■ WHAT TO WORK ON
Only those lines in the data below from the line containing "#52=ADVANCED_BREP_SHAPE_REPRESENTATION('',(#51),#12);" through the line containing "END-ISO-10303-21;", both included, should be restated word for word.

Collected data
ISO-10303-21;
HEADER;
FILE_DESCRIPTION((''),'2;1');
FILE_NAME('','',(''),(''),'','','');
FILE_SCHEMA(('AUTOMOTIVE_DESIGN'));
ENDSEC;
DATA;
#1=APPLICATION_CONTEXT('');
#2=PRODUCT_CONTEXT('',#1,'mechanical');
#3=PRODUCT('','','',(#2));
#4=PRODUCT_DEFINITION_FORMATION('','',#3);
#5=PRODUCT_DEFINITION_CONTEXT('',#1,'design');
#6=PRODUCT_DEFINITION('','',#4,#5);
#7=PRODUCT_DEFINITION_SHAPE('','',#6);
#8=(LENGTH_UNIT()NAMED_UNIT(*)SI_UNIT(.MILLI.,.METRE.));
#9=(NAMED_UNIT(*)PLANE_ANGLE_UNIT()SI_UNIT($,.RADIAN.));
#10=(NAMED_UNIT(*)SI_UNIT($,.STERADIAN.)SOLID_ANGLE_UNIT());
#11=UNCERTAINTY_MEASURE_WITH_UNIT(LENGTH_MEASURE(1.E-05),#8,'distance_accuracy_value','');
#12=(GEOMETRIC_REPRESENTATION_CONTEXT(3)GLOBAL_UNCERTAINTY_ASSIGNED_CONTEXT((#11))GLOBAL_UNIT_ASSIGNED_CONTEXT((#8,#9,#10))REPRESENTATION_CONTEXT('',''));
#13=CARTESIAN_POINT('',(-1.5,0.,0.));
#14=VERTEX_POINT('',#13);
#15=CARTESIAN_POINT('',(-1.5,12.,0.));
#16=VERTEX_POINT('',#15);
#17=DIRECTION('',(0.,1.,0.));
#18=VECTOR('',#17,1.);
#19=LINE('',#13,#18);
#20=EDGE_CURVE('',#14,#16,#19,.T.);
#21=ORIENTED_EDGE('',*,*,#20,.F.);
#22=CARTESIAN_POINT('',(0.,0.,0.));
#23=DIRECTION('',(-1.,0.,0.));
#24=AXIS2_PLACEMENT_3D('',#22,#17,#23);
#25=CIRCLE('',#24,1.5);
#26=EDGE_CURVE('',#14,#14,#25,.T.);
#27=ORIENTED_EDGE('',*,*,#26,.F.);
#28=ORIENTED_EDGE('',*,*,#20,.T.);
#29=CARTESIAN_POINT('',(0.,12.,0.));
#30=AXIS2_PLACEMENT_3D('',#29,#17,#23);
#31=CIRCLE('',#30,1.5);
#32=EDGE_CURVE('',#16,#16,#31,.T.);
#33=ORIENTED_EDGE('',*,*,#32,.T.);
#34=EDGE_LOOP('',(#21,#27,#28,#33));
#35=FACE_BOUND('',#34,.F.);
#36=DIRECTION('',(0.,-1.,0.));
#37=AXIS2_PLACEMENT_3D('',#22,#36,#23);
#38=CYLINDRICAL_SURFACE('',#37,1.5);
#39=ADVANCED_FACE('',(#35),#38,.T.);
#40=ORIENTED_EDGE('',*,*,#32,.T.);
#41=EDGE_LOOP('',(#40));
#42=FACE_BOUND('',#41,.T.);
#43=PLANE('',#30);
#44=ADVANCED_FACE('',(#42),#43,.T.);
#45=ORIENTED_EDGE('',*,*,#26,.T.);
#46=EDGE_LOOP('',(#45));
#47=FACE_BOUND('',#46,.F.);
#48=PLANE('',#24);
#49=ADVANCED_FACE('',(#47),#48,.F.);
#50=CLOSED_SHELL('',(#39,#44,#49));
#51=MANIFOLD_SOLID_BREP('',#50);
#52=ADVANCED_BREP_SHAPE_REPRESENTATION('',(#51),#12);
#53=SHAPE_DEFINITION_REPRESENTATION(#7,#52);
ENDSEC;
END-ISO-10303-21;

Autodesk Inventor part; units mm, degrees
ref_plane "YZ Plane" through (0, 0, 0) normal (1, 0, 0) x (0, 1, 0)
ref_plane "XZ Plane" through (0, 0, 0) normal (0, 1, 0) x (-1, 0, 0)
ref_plane "XY Plane" through (0, 0, 0) normal (0, 0, 1) x (1, 0, 0)
sketch "Sketch1" plane through (0, 0, 0) normal (0, 1, 0) x (-1, 0, 0)
  circle A0 centre (0, 0) radius 1.5
  dimension "d0" = 3
extrude "Extrusion1" add sketch "Sketch1" along normal blind 12
properties part number "m3x12"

■ WRITTEN RESPONSE
#52=ADVANCED_BREP_SHAPE_REPRESENTATION('',(#51),#12);
#53=SHAPE_DEFINITION_REPRESENTATION(#7,#52);
ENDSEC;
END-ISO-10303-21;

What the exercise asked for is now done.